Because of the weak van der Waals bonding between adjacent monolayers, coupled
quantum well structures can be made simply by combining two monolayers of different
materials. Alternatively, interfaces can sometimes be considered 2D materials: the interface
between polar and nonpolar insulating oxides can show a 2D conducting layer exhibiting
superconductivity and magnetism that can be modulated by an electric field.
Currently, intense effort world–wide on epitaxy of 2D materials is reminiscent of
the situation in III–V semiconductors 50 years ago when MBE became the enabling
technology for discovery of quantum well and superlattice physics. Our understanding and
exploitation of the new physics of 2D materials depends crucially on improved in situ
control of the structural properties (such as epitaxy, defects, domains, site-specific dopant
incorporation and profiles, and chalcogenide alloying) during growth of monolayers and
heterostructures.
I will present two examples of state-of-the-art growth of 2D materials by MBE.

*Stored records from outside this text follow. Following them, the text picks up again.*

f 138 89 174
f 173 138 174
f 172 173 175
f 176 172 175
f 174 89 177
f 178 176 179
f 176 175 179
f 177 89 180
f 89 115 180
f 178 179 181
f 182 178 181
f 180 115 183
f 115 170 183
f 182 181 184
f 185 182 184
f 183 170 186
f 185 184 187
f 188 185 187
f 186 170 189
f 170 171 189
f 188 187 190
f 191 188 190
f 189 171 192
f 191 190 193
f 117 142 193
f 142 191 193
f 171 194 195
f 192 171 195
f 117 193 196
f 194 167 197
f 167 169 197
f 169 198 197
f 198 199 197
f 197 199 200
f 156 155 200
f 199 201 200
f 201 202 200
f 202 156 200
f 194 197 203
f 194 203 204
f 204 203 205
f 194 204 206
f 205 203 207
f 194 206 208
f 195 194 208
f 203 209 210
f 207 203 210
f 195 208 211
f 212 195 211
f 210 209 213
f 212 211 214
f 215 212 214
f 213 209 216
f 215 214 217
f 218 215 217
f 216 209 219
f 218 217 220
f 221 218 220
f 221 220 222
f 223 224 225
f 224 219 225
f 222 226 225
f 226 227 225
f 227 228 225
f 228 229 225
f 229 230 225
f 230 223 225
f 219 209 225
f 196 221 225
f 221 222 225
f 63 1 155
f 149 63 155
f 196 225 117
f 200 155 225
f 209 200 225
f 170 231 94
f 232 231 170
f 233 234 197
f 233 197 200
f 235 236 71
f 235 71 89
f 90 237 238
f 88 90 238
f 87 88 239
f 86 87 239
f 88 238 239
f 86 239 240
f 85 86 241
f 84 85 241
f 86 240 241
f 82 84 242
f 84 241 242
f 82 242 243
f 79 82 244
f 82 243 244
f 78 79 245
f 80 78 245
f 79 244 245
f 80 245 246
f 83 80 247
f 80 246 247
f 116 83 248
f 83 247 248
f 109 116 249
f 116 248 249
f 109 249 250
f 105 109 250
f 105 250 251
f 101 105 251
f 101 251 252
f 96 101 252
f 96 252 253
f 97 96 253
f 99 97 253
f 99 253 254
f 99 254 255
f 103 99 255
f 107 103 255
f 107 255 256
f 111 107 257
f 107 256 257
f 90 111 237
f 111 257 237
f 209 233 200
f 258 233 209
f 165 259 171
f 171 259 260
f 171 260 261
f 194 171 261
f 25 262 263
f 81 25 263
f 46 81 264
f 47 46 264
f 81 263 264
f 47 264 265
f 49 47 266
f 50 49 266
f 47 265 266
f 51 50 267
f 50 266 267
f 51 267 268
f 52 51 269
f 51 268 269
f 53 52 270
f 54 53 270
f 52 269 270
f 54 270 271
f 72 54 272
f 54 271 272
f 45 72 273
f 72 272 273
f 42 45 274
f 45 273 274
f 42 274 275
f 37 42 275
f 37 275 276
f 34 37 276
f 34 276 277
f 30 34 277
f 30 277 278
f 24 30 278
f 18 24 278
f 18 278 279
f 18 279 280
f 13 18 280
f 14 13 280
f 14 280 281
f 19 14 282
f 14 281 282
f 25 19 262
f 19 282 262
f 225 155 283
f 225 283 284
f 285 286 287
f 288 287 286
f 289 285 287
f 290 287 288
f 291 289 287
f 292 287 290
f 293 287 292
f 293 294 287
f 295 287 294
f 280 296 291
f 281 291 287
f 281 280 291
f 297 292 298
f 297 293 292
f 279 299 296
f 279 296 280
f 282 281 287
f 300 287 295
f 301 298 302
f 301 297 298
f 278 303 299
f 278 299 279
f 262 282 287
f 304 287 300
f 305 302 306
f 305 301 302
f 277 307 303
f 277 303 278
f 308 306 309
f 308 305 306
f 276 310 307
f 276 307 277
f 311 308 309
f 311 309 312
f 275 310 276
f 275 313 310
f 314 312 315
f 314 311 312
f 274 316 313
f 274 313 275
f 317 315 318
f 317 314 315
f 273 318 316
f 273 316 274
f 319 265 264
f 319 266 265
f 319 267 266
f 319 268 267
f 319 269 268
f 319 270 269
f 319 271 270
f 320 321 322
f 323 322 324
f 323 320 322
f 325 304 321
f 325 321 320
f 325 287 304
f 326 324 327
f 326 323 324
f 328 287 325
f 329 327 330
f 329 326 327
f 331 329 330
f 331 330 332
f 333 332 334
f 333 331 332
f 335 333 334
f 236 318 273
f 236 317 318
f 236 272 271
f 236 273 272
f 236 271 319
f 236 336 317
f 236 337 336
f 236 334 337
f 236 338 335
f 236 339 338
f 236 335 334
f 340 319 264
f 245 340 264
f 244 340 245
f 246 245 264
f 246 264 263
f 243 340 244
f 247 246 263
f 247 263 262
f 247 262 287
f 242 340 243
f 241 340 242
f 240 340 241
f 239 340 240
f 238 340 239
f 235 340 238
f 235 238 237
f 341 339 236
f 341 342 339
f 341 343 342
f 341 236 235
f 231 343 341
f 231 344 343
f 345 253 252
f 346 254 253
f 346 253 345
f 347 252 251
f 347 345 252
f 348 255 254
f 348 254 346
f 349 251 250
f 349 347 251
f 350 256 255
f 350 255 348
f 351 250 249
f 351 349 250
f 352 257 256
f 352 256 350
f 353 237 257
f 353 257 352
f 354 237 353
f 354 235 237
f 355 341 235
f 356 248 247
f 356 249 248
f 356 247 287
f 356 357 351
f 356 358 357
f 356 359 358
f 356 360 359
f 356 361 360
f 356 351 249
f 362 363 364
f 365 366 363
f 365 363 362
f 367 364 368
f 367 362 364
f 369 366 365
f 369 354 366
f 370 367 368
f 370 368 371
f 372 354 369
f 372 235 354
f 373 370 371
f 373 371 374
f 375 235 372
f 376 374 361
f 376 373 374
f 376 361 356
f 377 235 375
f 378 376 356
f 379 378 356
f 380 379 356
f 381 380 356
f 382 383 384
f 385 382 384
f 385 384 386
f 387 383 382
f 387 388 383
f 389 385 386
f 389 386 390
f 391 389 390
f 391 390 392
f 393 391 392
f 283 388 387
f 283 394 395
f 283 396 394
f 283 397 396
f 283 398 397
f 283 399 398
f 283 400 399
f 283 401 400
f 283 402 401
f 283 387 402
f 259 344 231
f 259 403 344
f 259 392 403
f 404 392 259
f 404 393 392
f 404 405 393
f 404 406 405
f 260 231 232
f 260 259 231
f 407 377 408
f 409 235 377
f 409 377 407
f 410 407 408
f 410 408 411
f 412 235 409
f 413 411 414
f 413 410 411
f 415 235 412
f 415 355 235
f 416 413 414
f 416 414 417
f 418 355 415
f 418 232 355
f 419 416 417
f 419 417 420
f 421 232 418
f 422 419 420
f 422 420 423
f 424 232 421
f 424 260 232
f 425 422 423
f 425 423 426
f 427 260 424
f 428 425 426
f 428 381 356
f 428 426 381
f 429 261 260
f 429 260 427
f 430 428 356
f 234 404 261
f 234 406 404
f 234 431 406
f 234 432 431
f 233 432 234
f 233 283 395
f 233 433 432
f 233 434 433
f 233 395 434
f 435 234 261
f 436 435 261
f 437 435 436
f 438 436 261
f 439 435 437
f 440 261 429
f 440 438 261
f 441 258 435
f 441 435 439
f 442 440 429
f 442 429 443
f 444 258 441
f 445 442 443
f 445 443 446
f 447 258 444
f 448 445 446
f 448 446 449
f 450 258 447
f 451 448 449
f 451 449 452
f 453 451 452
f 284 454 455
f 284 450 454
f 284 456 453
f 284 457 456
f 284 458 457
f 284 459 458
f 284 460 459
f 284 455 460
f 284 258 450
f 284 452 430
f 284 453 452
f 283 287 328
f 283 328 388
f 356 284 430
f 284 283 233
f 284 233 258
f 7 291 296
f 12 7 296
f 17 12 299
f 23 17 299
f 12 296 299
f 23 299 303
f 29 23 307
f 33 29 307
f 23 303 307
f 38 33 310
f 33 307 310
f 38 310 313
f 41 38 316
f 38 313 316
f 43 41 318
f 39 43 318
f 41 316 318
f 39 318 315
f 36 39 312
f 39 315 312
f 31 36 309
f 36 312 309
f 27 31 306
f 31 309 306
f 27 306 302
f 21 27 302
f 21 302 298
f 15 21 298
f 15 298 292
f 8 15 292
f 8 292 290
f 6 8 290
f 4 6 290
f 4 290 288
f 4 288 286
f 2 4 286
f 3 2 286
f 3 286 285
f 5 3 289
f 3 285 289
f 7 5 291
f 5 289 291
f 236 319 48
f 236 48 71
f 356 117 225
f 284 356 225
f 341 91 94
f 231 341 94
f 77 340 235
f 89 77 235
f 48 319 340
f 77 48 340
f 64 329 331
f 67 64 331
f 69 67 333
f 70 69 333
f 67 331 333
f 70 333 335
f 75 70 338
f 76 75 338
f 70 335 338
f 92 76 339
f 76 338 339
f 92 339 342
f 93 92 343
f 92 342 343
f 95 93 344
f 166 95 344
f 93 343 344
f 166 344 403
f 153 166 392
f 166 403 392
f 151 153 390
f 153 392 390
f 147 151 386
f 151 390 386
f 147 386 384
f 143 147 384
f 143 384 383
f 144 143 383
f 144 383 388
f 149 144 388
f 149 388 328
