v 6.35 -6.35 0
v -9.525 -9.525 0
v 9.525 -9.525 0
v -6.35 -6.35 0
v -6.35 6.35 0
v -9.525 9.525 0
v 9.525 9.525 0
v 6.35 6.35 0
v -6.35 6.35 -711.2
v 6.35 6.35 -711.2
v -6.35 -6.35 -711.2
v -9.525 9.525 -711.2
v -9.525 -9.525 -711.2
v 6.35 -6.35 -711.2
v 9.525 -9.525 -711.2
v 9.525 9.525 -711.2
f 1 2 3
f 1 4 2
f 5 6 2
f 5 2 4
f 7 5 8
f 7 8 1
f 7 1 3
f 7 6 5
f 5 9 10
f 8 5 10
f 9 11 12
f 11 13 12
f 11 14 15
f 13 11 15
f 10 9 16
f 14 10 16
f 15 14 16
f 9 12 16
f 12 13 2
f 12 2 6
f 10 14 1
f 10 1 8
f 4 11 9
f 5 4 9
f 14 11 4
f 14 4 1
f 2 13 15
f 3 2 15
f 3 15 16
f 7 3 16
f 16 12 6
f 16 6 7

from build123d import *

# Parameters (mm, degrees)
SKETCH1_W           = 19.05
SKETCH1_H           = 19.05
BOSS_EXTRUDE1_DEPTH = 711.2
CUT_EXTRUDE1_REACH  = 713.2
SKETCH2_W           = 12.7
SKETCH2_H           = 12.7


with BuildPart() as part:
    # Sketch1 → Boss-Extrude1 (new body)
    with BuildSketch(Plane.XY):
        Rectangle(SKETCH1_W, SKETCH1_H)
    extrude(amount=-BOSS_EXTRUDE1_DEPTH)

    # Sketch2 → Cut-Extrude1 (cut, up to next)
    with BuildSketch(Plane.XY, mode=Mode.PRIVATE) as cut_extrude1_sk1:
        Rectangle(SKETCH2_W, SKETCH2_H)
    cut_extrude1_tool1 = extrude(cut_extrude1_sk1.sketch, amount=-CUT_EXTRUDE1_REACH, mode=Mode.PRIVATE) & part.part
    add(cut_extrude1_tool1.solids().sort_by_distance((0, 0, 0))[0], mode=Mode.SUBTRACT)


solid = part.part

First, I will explain how we have used reflection high–energy electron diffraction (RHEED)
and atomic absorption spectroscopy (AAS) for the precise control of stoichiometry and
terminating layer in the growth of perovskite oxides. This approach gives superior control
over atomic layer stacking and doping profiles during the growth of interfaces, and has
been exploited to improve the performance of e.g. magnetic tunnel junctions whose
performance is limited by the fragile interfacial magnetism. This RHEED–based growth
approach works universally for all (001) perovskite materials tested so far, and the
phenomenology is identical during pulsed laser deposition (PLD) growth. Second, I will
discuss the state-of-the-art of “van der Waals epitaxy” by MBE of TMDC monolayers and
heterostructures for which, in spite of the vdW bonding to the TMDC layer, the substrate
plays a pivotal and poorly understood role in the growth. I propose that there is much room
for improvement, and point to directions in which RHEED and other in situ diagnostics
may play a crucial role.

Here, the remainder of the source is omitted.